Since the introduction into North America in 1999 of West Nile virus (WNV) and its subsequent dramatic spread across the United States and Canada, human cases of WNV infection declined from their 2003 peak of 9,862 to only 712 cases and 43 fatalities confirmed in 2011 (http://www.cdc.gov/ncidod/dvbid/westnile/index.htm). The reasons for this decline remain unclear because avian amplification host and human herd immunity remains low in most regions and WNV continues to circulate in most areas of the United States. However, last year an unexpected resurgence in West Nile fever and encephalitis cases occurred; a total of 5,674 human cases was detected in the United States, with 286 deaths, making 2012 the deadliest year yet. The epidemic was focused in the central part of the United States, with Texas reporting 1,739 human infections and 89 deaths, or about 33% of the national total and more than three times the number of any other state. Within Texas, Dallas County was the epicenter, with 398 human infections and 20 deaths.
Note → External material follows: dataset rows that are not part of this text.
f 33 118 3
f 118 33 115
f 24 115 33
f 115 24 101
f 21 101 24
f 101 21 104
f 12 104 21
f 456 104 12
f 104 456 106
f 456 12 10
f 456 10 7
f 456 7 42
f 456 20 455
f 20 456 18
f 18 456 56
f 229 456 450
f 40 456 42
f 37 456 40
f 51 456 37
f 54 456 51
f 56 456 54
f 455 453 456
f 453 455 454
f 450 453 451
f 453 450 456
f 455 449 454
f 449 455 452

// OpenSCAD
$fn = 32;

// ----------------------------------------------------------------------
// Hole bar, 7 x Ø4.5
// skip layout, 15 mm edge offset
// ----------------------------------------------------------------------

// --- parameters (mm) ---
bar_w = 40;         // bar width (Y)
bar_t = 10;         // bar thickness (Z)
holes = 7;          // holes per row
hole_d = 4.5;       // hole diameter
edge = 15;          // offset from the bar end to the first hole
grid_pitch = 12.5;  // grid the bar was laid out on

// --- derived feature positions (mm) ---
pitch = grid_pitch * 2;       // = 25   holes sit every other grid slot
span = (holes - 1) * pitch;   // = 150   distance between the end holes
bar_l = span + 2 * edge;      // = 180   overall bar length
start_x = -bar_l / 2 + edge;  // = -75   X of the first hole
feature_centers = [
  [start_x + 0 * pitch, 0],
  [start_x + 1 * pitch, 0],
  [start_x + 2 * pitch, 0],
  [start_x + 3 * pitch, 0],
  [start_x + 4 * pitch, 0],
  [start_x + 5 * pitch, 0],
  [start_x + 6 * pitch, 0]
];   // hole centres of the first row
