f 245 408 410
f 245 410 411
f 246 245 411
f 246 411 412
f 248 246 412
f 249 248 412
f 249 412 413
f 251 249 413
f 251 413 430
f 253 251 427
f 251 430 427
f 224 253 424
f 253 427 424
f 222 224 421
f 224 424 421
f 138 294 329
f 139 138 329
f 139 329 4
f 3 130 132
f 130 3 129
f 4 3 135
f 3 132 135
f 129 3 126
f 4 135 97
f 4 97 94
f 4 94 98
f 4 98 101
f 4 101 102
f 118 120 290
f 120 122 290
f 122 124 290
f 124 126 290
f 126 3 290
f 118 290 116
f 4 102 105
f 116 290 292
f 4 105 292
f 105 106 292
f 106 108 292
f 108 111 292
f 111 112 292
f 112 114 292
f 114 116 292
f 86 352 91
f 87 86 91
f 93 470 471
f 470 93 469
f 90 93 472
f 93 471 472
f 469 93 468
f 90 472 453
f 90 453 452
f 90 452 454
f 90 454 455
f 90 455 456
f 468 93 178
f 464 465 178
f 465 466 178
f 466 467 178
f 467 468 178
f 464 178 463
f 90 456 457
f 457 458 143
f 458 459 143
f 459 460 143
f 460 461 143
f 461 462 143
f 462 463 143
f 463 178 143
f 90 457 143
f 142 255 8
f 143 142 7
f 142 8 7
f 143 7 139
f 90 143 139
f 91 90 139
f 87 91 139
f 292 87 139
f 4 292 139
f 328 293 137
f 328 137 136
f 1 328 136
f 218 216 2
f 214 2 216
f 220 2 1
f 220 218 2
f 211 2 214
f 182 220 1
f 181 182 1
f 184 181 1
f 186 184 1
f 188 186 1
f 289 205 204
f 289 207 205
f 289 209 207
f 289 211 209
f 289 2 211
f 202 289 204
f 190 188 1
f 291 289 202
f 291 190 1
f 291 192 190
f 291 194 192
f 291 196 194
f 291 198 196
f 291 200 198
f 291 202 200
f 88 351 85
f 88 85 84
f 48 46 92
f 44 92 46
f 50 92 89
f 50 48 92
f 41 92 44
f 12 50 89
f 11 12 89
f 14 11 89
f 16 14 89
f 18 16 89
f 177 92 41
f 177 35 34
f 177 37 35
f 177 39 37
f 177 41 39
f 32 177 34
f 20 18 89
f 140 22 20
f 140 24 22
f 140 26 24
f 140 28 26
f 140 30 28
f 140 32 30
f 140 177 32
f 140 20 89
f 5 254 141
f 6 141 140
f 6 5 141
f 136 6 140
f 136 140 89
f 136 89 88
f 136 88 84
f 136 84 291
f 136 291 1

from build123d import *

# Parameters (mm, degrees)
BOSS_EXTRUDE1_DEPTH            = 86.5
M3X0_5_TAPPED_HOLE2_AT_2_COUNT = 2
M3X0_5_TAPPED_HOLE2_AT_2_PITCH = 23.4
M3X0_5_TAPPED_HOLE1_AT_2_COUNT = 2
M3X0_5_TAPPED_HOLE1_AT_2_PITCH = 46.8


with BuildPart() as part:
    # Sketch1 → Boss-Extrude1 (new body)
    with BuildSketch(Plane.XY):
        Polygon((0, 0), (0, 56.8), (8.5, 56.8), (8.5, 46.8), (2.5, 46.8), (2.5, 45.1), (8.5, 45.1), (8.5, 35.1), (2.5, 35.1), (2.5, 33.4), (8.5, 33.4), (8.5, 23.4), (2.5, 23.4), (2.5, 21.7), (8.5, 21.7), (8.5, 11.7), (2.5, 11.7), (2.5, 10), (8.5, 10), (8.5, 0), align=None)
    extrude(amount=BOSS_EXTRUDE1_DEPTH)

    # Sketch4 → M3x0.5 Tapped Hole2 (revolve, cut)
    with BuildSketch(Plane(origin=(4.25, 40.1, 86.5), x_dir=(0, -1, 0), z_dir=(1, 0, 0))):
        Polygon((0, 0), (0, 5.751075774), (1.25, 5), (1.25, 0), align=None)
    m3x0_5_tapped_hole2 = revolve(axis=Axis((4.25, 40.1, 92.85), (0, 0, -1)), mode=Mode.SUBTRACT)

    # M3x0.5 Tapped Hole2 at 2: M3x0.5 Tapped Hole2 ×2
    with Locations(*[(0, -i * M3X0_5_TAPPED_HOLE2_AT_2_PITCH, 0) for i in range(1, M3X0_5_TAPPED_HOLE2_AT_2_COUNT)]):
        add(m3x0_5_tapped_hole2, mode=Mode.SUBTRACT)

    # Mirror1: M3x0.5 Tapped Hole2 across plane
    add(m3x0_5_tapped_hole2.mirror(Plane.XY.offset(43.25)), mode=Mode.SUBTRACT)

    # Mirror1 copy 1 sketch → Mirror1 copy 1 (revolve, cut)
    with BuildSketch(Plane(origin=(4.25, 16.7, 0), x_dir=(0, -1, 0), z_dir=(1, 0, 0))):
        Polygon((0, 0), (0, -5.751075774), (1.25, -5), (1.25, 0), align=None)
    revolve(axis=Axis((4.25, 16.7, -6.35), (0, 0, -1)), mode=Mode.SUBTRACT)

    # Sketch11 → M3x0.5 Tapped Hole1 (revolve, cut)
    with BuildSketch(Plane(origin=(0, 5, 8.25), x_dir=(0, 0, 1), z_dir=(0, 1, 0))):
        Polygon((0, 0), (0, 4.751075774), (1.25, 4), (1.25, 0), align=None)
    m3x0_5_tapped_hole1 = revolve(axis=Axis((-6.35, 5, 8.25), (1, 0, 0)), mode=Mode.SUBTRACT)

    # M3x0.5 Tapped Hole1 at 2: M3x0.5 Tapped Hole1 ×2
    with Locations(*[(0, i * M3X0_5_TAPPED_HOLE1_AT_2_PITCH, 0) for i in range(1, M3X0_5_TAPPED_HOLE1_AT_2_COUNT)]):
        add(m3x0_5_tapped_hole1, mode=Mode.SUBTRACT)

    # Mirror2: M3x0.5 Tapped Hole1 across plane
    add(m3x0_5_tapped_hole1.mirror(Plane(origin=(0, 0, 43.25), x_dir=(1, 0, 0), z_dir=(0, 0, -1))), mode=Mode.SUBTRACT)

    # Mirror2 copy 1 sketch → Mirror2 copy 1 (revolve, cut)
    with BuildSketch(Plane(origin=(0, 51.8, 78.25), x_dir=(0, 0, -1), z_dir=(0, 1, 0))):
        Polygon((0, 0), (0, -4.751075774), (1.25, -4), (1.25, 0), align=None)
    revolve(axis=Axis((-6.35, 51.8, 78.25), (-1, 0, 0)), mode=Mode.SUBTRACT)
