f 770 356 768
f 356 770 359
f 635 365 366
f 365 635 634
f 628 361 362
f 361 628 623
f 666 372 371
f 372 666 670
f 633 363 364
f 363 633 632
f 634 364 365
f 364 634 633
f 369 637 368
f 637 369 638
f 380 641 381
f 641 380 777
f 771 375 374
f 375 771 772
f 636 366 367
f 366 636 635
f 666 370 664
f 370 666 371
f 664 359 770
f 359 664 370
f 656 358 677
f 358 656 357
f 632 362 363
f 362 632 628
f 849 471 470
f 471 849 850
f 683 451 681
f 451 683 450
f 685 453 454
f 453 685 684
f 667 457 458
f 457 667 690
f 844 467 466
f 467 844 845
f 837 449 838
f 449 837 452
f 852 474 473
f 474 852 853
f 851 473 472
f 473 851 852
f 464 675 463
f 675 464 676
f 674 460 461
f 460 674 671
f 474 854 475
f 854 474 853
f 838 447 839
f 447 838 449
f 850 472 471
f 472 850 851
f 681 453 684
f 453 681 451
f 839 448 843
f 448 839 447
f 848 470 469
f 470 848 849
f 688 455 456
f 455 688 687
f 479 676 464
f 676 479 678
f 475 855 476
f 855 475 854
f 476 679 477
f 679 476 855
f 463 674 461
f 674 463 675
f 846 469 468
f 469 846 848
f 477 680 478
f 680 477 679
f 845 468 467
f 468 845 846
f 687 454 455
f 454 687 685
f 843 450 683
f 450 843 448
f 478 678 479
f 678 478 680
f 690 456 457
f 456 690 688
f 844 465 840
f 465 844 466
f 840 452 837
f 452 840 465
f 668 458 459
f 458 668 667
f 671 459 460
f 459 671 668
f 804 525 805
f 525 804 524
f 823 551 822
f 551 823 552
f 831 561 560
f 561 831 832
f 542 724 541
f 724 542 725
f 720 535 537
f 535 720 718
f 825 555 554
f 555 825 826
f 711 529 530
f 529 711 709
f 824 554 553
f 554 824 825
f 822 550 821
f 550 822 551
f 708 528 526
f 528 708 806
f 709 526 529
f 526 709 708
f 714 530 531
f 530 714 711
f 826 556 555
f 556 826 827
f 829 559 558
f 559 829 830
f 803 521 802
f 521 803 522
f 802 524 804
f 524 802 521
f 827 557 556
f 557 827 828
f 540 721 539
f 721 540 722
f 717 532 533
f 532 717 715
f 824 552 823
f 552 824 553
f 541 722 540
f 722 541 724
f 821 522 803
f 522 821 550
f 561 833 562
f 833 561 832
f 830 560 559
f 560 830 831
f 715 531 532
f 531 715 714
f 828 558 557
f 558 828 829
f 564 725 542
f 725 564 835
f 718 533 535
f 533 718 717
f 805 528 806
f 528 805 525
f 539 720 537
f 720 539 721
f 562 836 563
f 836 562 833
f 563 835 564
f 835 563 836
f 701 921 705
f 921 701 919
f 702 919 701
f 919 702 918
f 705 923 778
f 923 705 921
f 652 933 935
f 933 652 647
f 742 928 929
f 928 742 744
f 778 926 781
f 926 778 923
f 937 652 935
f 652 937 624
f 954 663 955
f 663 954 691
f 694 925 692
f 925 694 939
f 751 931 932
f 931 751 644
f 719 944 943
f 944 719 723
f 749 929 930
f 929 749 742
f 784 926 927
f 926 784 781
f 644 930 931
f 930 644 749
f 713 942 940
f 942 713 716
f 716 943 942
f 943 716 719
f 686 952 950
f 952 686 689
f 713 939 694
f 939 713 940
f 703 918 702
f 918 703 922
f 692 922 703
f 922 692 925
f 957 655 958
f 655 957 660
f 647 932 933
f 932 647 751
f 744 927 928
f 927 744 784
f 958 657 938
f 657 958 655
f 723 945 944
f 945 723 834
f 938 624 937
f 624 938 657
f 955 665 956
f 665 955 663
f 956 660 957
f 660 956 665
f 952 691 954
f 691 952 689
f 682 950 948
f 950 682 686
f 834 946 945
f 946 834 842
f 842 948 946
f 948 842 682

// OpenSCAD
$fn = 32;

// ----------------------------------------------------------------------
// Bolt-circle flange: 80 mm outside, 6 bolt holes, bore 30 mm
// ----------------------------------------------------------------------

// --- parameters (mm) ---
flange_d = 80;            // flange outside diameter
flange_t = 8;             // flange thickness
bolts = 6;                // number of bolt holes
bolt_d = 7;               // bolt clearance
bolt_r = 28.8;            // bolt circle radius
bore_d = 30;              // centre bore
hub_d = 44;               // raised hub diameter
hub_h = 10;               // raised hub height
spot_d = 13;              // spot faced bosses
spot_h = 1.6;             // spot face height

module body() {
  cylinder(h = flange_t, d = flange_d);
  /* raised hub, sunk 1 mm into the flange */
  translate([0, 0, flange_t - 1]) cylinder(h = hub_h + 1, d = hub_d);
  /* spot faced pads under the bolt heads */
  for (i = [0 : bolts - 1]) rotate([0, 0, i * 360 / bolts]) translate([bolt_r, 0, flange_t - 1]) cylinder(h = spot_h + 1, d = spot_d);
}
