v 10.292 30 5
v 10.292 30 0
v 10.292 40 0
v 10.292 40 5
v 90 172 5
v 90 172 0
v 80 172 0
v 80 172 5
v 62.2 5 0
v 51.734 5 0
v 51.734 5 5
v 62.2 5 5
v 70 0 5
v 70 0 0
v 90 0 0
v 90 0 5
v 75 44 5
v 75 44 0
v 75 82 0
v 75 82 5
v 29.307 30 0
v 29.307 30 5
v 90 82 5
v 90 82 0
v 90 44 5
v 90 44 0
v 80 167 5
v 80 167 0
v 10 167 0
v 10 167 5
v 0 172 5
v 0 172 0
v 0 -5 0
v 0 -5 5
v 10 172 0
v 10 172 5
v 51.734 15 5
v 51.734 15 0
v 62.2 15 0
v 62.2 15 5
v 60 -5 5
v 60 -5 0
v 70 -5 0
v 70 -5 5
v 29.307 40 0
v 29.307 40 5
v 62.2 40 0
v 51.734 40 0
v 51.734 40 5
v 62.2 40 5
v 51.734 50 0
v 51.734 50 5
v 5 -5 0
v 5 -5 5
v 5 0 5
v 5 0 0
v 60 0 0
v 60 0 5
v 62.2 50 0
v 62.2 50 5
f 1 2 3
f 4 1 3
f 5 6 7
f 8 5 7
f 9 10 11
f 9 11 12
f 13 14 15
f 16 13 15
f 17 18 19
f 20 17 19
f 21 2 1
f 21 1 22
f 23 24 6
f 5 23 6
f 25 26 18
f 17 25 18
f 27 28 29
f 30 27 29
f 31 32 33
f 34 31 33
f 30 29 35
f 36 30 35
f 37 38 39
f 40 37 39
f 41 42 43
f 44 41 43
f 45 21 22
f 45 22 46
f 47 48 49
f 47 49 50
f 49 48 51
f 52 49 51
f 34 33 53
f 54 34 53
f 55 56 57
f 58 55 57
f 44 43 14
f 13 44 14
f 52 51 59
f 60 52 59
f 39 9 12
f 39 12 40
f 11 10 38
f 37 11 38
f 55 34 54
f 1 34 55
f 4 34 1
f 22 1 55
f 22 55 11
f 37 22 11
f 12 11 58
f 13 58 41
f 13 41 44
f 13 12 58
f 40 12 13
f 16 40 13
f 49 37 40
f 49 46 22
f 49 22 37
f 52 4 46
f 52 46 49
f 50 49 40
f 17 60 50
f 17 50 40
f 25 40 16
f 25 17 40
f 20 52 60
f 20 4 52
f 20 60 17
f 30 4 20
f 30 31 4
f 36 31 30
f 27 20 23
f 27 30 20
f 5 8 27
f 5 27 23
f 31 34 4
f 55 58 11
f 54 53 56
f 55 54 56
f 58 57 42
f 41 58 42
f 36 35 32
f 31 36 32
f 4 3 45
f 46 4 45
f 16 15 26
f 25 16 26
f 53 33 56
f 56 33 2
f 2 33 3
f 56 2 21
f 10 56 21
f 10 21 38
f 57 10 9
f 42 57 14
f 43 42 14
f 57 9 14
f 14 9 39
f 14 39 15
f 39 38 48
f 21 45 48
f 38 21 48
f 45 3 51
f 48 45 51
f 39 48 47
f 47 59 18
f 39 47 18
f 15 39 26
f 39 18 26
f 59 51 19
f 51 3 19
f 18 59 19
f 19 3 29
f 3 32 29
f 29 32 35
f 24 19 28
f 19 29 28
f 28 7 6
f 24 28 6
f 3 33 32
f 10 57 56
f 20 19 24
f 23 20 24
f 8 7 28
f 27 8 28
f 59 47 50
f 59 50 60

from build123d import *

# Parameters (mm, degrees)
ESQUISSE1_W        = 10.465871206
ESQUISSE1_H        = 10
ESQUISSE1_W_2      = 19.015615649
BOSS_EXTRU_1_DEPTH = 5


with BuildPart() as part:
    # Esquisse1 → Boss.-Extru.1 (new body)
    with BuildSketch(Plane.XY):
        Polygon((90, 82), (90, 167), (90, 172), (80, 172), (80, 167), (10, 167), (10, 172), (0, 172), (0, 167), (0, 0), (0, -5), (5, -5), (5, 0), (60, 0), (60, -5), (70, -5), (70, 0), (90, 0), (90, 44), (75, 44), (75, 82), align=None)
        with Locations((56.967345119, 45)):
            Rectangle(ESQUISSE1_W, ESQUISSE1_H, mode=Mode.SUBTRACT)
        with Locations((56.967345119, 10)):
            Rectangle(ESQUISSE1_W, ESQUISSE1_H, mode=Mode.SUBTRACT)
        with Locations((19.799482129, 35)):
            Rectangle(ESQUISSE1_W_2, ESQUISSE1_H, mode=Mode.SUBTRACT)
    extrude(amount=BOSS_EXTRU_1_DEPTH)


solid = part.part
The reasons for this dramatic resurgence in WNV infections are not clear; however, several factors could be involved ranging from increased enzootic bird-mosquito-bird circulation, resulting in more human spillover infections, to increased human virulence. In this issue, Duggal and others report complete genomic sequences of 17 WNV isolates from several regions of Texas and phylogenetic studies to determine if viral genetic changes might have been responsible for the resurgence in human cases. Two distinct WNV genotypes were identified, and both circulated in the Dallas and Houston regions where disease incidence differed markedly (about four times higher in Dallas). Importantly, no signs of adaptive evolution that could have resulted in more efficient infection of mosquitoes or birds were identified in any of the recent WNV strains. These results, along with epidemiological analyses, suggest that the 2012 resurgence in the Dallas area resulted from an increase in transmission by mosquitoes from birds to humans (spillover infections), rather than an increase in WNV neuroinvasiveness. Unusually high summer temperatures in the Dallas area, perhaps combined with ecological changes affecting mosquito or avian populations, probably played important roles in driving the 2012 outbreak.
These critical findings presented by Duggal and others1 and the magnitude of the 2012 West Nile encephalitis epidemic underscore the importance of a better understanding of how WNV, other arboviruses, and vector-borne diseases in general will respond to climate and anthropogenic ecological changes that now appear inevitable. Rising temperatures exert a wide variety of complex effects on mosquito survival, reproduction, and behavior. Because temperature also influences vector infection, dissemination, and transmission of arboviruses, often in unpredictable ways, we remain unable to anticipate the effects of global warming on arboviral disease. Droughts, which are predicted to increase in some regions of the United States and elsewhere, can also have dramatic impacts on mosquito populations, especially on West Nile mosquito vectors because of their affinity for standing, highly polluted water and to irrigated agricultural lands. Drought conditions can also concentrate avian amplifying hosts in wetter locations amenable to mosquito transmission of WNV. Thus, rigorous experimental and modeling studies are needed to improve the ability of our public health systems to anticipate and respond to the effects of climate change and its influences on vector-borne pathogens such as WNV.
Duggal NK, D'Anton M, Xiang J, Seiferth R, Day J, Nasci R, Brault AC, 2013. Sequence analyses of 2012 West Nile virus isolates from Texas fail to associate viral genetic factors with outbreak magnitude. Am J Trop Med Hyg 89: 205–210.